[Information given Boundary: Start]

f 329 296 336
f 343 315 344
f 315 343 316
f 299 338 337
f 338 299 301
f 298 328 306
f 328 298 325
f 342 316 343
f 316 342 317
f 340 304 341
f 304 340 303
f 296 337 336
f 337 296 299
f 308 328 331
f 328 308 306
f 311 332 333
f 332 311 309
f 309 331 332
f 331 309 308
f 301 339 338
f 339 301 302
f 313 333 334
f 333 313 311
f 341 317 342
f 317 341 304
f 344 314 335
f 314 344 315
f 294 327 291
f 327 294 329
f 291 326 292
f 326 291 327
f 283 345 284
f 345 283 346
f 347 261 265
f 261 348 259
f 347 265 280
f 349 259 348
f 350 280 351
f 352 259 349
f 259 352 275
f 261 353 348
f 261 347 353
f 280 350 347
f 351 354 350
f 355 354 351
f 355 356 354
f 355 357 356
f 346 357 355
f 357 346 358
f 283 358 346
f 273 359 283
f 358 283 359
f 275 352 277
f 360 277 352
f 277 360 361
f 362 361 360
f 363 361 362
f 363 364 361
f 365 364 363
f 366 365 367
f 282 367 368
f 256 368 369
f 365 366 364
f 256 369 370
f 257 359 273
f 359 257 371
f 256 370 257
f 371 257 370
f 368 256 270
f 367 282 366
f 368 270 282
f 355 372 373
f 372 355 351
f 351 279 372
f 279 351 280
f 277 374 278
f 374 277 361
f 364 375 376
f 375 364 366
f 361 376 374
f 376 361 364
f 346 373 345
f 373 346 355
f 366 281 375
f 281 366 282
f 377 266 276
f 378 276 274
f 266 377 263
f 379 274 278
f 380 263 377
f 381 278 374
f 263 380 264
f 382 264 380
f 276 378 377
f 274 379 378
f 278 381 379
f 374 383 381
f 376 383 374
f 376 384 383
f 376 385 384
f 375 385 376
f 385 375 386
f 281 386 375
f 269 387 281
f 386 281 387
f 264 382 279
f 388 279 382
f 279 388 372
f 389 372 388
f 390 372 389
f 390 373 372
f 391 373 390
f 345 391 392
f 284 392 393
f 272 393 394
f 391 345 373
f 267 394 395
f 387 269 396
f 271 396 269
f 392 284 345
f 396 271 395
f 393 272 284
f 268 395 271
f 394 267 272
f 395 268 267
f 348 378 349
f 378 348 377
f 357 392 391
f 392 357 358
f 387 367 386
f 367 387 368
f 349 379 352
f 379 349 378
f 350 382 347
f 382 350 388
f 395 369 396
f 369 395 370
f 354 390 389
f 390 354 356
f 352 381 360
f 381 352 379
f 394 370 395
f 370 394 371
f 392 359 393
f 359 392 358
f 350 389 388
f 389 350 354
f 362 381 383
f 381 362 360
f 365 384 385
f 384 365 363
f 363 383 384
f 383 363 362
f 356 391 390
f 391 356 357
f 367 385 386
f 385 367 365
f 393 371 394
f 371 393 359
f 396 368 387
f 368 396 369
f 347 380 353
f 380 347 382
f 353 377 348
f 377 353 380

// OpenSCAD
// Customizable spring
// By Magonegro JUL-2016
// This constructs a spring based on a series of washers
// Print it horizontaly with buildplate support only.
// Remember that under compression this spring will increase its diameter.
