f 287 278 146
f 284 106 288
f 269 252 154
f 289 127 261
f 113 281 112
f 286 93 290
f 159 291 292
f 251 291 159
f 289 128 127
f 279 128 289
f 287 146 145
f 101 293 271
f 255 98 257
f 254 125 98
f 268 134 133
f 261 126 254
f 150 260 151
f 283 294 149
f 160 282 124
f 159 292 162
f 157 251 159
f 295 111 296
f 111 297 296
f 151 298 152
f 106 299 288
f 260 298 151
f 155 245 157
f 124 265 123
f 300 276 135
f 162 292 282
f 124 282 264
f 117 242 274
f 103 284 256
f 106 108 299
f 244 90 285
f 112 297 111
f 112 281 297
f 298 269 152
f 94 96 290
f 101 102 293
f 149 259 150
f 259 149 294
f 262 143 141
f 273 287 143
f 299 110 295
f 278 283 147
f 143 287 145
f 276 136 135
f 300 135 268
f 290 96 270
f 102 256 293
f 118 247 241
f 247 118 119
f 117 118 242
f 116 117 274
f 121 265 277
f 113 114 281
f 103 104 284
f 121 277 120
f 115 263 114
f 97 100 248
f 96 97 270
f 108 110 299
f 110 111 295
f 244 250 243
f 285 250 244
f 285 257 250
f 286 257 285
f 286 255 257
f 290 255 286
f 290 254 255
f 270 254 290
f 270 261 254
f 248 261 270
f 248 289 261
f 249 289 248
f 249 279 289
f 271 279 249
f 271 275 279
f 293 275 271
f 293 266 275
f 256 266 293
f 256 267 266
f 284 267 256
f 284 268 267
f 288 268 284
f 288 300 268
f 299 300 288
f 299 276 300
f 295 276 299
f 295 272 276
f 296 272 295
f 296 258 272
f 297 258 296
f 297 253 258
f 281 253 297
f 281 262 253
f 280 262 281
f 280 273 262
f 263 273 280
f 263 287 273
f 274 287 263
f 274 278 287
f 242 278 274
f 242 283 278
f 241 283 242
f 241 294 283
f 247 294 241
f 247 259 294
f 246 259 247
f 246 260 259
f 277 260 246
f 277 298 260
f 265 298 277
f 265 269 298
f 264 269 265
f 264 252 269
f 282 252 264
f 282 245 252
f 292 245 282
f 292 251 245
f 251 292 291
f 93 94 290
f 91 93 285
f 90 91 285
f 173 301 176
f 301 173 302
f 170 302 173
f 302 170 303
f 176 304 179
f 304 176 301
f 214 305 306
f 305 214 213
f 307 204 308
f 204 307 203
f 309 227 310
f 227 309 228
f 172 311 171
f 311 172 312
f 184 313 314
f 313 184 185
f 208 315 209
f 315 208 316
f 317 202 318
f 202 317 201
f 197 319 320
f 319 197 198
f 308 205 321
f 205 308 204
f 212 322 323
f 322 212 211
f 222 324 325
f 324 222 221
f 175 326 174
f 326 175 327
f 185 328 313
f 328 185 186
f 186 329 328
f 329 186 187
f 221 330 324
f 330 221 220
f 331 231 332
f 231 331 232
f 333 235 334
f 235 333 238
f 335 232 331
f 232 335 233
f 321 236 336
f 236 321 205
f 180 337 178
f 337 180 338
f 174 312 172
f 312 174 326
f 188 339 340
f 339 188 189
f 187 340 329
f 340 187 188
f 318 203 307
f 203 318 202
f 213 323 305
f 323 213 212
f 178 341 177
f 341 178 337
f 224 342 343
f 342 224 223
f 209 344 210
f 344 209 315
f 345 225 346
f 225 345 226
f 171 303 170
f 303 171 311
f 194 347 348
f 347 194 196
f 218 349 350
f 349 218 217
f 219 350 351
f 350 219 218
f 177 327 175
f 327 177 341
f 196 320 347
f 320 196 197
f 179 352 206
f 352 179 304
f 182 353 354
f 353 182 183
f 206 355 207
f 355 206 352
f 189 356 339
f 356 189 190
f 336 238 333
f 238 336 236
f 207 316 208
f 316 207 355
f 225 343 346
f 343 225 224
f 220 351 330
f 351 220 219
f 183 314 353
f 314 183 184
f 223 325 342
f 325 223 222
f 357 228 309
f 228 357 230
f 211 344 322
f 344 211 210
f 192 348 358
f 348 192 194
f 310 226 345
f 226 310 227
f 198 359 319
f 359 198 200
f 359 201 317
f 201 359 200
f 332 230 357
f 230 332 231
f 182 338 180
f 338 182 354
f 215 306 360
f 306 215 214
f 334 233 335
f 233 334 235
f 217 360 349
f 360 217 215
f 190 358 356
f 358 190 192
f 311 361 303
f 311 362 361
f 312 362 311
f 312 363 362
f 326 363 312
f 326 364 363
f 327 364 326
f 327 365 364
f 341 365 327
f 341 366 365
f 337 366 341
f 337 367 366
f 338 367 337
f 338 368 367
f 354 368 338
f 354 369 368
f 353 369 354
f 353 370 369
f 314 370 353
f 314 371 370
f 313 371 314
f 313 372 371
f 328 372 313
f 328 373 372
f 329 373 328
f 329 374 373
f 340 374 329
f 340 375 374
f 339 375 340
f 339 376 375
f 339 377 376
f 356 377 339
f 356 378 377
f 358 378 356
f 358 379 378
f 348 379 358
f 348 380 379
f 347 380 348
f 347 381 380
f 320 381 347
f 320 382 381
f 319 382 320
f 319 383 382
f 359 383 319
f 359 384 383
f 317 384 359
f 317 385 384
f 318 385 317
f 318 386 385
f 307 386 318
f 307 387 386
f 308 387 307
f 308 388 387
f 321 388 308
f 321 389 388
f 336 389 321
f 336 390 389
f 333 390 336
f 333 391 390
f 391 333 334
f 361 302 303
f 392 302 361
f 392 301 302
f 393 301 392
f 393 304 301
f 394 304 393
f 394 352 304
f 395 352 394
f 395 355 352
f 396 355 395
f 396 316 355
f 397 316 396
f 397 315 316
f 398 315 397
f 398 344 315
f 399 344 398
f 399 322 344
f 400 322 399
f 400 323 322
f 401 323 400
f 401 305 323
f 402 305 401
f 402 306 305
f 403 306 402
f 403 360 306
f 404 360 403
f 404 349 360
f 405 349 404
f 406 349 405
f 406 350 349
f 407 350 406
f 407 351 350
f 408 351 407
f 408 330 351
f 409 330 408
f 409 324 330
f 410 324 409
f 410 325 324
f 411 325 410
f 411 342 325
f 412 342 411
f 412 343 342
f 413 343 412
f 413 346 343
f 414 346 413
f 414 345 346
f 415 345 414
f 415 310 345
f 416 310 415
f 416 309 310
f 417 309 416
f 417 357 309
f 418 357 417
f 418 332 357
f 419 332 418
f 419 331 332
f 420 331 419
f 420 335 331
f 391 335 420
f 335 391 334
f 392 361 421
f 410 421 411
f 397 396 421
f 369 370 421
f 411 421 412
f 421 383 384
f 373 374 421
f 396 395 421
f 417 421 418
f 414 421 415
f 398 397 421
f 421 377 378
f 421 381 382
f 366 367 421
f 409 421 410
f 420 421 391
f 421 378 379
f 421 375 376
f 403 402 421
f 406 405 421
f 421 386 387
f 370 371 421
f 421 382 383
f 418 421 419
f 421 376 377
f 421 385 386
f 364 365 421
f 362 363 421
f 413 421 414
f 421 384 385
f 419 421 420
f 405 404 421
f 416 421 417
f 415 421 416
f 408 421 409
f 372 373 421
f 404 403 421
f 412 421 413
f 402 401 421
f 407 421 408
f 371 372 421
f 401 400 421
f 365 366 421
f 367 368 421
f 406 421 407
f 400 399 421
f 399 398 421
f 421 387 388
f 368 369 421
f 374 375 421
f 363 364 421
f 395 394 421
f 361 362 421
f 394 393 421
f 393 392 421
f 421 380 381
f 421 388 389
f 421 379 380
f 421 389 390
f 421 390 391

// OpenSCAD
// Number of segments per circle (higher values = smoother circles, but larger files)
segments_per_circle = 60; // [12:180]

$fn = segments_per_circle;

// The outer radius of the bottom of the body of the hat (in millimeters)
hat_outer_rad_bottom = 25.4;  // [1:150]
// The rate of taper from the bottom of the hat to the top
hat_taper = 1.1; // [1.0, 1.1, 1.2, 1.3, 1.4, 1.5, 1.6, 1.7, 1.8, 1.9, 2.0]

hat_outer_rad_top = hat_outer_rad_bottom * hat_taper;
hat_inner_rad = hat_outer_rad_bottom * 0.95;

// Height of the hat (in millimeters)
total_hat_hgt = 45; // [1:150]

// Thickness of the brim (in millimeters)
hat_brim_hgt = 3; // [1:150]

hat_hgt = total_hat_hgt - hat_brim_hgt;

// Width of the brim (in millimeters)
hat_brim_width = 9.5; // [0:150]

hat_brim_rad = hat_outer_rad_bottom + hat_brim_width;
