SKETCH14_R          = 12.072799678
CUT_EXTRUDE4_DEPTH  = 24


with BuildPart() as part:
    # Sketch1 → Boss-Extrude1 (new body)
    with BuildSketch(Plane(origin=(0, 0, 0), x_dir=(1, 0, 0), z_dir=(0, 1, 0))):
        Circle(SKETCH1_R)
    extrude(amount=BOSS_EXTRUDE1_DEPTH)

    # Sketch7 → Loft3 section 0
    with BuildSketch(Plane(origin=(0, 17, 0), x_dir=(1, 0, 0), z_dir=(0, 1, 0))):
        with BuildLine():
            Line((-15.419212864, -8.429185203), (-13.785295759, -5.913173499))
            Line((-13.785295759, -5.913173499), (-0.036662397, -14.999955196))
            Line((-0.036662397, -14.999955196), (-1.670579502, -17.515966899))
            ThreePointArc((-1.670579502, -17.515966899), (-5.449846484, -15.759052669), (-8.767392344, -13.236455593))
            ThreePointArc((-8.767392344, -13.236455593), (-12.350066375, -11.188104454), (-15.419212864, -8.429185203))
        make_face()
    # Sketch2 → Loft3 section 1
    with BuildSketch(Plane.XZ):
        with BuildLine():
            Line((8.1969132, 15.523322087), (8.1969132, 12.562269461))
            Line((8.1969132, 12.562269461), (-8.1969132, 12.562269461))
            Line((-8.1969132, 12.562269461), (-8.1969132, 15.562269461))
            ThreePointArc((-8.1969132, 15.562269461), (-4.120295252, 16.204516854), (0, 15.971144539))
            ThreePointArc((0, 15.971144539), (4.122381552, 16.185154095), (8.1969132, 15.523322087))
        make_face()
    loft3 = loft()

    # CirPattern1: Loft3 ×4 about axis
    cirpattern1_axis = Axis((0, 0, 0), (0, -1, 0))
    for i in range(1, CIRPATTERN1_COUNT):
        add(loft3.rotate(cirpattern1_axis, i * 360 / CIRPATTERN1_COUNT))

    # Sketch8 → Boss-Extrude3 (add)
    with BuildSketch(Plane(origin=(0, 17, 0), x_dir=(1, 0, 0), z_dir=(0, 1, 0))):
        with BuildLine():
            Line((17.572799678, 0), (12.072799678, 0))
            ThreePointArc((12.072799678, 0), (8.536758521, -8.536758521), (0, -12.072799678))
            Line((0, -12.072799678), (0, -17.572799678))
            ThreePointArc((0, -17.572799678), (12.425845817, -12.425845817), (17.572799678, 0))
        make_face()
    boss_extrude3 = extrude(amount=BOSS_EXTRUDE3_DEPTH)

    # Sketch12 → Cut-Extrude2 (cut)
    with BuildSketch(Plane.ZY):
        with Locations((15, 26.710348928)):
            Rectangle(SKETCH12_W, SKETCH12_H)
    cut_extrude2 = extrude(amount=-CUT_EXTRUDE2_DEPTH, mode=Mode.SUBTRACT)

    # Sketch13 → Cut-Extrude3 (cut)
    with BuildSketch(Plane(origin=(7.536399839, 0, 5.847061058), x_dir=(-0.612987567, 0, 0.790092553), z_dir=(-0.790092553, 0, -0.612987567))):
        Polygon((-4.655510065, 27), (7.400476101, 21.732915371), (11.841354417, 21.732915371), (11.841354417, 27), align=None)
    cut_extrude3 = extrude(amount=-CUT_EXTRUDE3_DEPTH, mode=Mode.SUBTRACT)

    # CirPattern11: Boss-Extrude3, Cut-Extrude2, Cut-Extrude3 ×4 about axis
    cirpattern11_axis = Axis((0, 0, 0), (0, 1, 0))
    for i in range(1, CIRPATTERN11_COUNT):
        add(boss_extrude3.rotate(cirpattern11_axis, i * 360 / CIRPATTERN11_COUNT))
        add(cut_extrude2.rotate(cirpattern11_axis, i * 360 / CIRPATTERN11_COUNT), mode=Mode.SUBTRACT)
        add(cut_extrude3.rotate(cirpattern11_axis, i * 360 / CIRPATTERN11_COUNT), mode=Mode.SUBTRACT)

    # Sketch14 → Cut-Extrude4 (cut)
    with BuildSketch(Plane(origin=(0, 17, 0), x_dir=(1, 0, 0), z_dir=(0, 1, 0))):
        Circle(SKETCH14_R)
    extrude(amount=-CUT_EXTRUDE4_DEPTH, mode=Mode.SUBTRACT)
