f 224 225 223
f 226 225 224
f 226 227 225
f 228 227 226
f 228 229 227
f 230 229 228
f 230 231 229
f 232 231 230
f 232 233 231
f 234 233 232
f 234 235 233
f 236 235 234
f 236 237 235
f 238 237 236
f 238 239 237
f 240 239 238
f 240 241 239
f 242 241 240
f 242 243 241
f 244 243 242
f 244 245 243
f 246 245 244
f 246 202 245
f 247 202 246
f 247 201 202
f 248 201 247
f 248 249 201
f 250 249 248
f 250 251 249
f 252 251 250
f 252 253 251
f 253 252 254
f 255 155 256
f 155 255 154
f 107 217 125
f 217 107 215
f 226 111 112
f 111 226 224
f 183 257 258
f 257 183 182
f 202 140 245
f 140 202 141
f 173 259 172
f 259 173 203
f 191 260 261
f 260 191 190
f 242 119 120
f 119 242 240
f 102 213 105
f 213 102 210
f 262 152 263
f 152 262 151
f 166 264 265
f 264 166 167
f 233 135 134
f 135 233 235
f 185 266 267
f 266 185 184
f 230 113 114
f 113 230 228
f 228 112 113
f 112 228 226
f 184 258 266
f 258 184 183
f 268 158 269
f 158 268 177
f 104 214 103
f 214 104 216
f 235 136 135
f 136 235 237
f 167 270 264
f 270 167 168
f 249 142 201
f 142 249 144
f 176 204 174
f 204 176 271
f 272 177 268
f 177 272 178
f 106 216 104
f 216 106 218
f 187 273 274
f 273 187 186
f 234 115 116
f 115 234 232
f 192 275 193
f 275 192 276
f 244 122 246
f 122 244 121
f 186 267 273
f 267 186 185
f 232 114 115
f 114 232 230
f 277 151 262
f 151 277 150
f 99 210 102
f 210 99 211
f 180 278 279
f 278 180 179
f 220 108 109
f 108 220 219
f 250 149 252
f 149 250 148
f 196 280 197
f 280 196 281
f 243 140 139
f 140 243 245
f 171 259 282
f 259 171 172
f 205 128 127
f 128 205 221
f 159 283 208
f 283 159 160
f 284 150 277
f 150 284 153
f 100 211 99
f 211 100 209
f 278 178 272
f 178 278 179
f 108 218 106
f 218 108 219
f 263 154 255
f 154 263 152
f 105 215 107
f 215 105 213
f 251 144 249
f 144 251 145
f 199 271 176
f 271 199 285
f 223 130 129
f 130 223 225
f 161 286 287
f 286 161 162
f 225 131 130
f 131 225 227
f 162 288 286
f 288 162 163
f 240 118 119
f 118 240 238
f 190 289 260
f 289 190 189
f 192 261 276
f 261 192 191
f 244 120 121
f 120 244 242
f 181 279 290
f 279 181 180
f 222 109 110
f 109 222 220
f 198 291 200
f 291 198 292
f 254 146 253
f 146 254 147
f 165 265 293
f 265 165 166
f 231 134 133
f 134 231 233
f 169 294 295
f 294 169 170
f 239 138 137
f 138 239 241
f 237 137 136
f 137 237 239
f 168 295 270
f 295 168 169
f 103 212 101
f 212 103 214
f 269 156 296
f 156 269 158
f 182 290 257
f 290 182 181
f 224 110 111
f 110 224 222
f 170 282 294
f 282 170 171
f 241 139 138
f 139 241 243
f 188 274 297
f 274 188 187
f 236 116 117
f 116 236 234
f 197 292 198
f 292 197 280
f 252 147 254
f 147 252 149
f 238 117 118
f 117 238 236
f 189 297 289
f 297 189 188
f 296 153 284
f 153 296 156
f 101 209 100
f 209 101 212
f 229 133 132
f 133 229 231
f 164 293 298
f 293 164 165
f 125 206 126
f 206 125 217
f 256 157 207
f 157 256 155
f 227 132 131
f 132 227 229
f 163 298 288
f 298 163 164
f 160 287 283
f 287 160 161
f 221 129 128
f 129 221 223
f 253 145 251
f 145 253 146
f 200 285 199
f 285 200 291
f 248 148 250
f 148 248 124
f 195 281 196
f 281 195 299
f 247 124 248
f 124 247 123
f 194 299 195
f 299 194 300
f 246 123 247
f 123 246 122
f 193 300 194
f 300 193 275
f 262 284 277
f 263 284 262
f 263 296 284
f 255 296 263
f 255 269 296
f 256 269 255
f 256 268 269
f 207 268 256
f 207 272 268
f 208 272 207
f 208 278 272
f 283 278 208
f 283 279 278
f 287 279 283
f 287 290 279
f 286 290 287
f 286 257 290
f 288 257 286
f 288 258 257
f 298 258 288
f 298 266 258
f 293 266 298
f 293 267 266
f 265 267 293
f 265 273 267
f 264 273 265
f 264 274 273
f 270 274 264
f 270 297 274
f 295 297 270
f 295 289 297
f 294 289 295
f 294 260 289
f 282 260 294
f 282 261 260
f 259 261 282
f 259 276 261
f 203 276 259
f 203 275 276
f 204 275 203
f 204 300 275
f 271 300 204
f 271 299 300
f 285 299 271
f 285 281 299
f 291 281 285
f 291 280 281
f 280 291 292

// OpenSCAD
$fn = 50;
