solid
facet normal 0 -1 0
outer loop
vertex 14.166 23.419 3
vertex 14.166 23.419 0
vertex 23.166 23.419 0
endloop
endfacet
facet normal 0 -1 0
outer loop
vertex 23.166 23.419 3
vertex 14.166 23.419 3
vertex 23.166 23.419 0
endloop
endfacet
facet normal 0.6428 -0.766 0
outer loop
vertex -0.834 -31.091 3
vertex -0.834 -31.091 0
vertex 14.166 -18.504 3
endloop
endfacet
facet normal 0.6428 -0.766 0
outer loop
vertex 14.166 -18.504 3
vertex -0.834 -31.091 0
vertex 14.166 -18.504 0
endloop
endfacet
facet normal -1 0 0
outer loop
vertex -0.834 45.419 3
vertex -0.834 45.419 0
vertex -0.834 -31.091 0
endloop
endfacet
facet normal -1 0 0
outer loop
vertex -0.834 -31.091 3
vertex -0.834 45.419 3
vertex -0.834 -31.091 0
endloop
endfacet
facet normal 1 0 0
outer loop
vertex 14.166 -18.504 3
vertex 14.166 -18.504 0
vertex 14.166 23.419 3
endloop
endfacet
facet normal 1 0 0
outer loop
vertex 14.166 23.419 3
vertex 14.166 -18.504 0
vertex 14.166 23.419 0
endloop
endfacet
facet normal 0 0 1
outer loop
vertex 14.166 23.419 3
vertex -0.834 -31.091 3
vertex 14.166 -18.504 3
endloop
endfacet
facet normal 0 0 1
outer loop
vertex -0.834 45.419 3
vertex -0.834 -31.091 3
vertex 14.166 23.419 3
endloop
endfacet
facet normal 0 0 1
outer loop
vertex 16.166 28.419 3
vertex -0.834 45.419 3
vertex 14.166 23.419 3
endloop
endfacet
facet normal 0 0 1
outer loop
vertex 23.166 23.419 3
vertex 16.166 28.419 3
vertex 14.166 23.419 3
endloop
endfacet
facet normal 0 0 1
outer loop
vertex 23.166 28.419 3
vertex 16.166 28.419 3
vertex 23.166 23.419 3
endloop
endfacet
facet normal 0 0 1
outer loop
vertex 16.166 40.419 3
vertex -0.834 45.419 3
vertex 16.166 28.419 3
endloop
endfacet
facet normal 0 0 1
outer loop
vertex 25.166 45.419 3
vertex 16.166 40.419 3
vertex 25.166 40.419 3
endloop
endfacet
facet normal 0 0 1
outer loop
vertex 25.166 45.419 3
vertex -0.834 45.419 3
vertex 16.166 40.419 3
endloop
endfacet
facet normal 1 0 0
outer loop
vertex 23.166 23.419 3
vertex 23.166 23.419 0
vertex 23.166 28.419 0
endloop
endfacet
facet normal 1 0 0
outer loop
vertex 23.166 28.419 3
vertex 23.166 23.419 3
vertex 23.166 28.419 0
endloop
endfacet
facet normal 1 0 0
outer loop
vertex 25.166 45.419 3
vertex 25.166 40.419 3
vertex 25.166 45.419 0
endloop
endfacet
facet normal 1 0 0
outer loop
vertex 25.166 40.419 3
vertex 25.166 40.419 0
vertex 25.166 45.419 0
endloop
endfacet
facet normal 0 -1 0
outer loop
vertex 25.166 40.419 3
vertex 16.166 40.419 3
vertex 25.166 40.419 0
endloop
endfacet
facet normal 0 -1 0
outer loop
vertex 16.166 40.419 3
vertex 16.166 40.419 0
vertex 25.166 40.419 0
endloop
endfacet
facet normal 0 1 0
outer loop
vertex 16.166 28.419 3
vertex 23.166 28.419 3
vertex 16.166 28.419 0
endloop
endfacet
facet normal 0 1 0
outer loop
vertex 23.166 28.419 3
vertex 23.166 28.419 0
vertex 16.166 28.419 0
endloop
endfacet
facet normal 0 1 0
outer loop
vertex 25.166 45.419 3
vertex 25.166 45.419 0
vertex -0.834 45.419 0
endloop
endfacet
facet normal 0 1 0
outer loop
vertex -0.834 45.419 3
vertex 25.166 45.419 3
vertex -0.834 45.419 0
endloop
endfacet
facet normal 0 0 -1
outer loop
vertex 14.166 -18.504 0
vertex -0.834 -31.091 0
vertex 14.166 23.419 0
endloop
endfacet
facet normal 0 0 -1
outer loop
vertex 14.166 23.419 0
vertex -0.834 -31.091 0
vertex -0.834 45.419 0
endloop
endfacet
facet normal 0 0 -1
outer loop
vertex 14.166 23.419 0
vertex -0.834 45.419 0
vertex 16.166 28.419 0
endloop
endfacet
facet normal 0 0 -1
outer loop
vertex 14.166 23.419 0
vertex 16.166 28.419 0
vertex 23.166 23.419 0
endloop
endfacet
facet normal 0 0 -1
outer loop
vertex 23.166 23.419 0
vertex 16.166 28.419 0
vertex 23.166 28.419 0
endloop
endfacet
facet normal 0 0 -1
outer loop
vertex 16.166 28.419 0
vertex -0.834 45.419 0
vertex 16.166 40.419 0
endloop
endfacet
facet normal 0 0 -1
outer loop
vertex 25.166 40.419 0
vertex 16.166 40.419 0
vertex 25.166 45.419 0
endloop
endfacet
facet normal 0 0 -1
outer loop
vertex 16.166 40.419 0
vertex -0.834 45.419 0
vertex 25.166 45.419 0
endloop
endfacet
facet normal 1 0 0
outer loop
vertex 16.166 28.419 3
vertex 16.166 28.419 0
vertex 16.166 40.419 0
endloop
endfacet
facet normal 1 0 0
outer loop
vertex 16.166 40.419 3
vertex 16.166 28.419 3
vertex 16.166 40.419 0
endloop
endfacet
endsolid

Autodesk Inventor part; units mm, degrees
ref_plane "YZ Plane" through (0, 0, 0) normal (1, 0, 0) x (0, 1, 0)
ref_plane "XZ Plane" through (0, 0, 0) normal (0, 1, 0) x (-1, 0, 0)
ref_plane "XY Plane" through (0, 0, 0) normal (0, 0, 1) x (1, 0, 0)
sketch "Sketch2" plane through (0, 0, 0) normal (0, 0, 1) x (1, 0, 0)
  line L0 (-0.8337, 45.419) -> (-0.8337, -31.091)
  line L1 (-0.8337, -31.091) -> (14.1663, -18.5045)
  line L2 (14.1663, -18.5045) -> (14.1663, 23.419)
  line L3 (14.1663, 23.419) -> (23.1663, 23.419)
  line L4 (23.1663, 23.419) -> (23.1663, 28.419)
  line L5 (23.1663, 28.419) -> (16.1663, 28.419)
  line L6 (16.1663, 28.419) -> (16.1663, 40.419)
  line L7 (16.1663, 40.419) -> (25.1663, 40.419)
  line L8 (25.1663, 40.419) -> (25.1663, 45.419)
  line L9 (25.1663, 45.419) -> (-0.8337, 45.419)
  line L10 (16.1663, 28.419) -> (14.1663, 28.419) construction
  line L11 (1.3388, 42.919) -> (15.1663, 42.919)
  line L12 (15.1663, 42.919) -> (15.1663, 41.2824)
  line L13 (15.1663, 41.2824) -> (1.3388, 41.2824)
  line L14 (1.3388, 41.2824) -> (1.3388, 42.919)
  line L15 (11.0785, 23.419) -> (12.1663, 23.419)
  line L16 (12.1663, 23.419) -> (12.1663, -12.6156)
  line L17 (12.1663, -12.6156) -> (11.0785, -12.6156)
  line L18 (11.0785, -12.6156) -> (11.0785, 23.419)
  line L19 (2.2805, -14.4359) -> (12.1663, -14.4359)
  line L20 (12.1663, -14.4359) -> (12.1663, -16.121)
  line L21 (12.1663, -16.121) -> (2.2805, -16.121)
  line L22 (2.2805, -16.121) -> (2.2805, -14.4359)
  dimension "d17" = 2
  dimension "d18" = 7
  dimension "d19" = 9
  dimension "d20" = 5
  dimension "d21" = 5
  dimension "d22" = 15
  dimension "d23" = 12
  dimension "d24" = 2
  dimension "d25" = 46.9235
  dimension "d26" = 130
extrude "Extrusion1" add sketch "Sketch2" along normal blind 3 contours L9 L8 L7 L6 L5 L4 L3 L2 L1 L0 | L11 L12 L13 L14 | L15 L16 L17 L18 | L19 L20 L21 L22
properties part number "k2_t_side"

[Information given Boundary: End]

Your task is to retype the entries verbatim, starting with the line that holds "f 421 378 379" and stopping after the line that holds "f 363 364 421".

__Answer area__.
f 421 378 379
f 421 375 376
f 403 402 421
f 406 405 421
f 421 386 387
f 370 371 421
f 421 382 383
f 418 421 419
f 421 376 377
f 421 385 386
f 364 365 421
f 362 363 421
f 413 421 414
f 421 384 385
f 419 421 420
f 405 404 421
f 416 421 417
f 415 421 416
f 408 421 409
f 372 373 421
f 404 403 421
f 412 421 413
f 402 401 421
f 407 421 408
f 371 372 421
f 401 400 421
f 365 366 421
f 367 368 421
f 406 421 407
f 400 399 421
f 399 398 421
f 421 387 388
f 368 369 421
f 374 375 421
f 363 364 421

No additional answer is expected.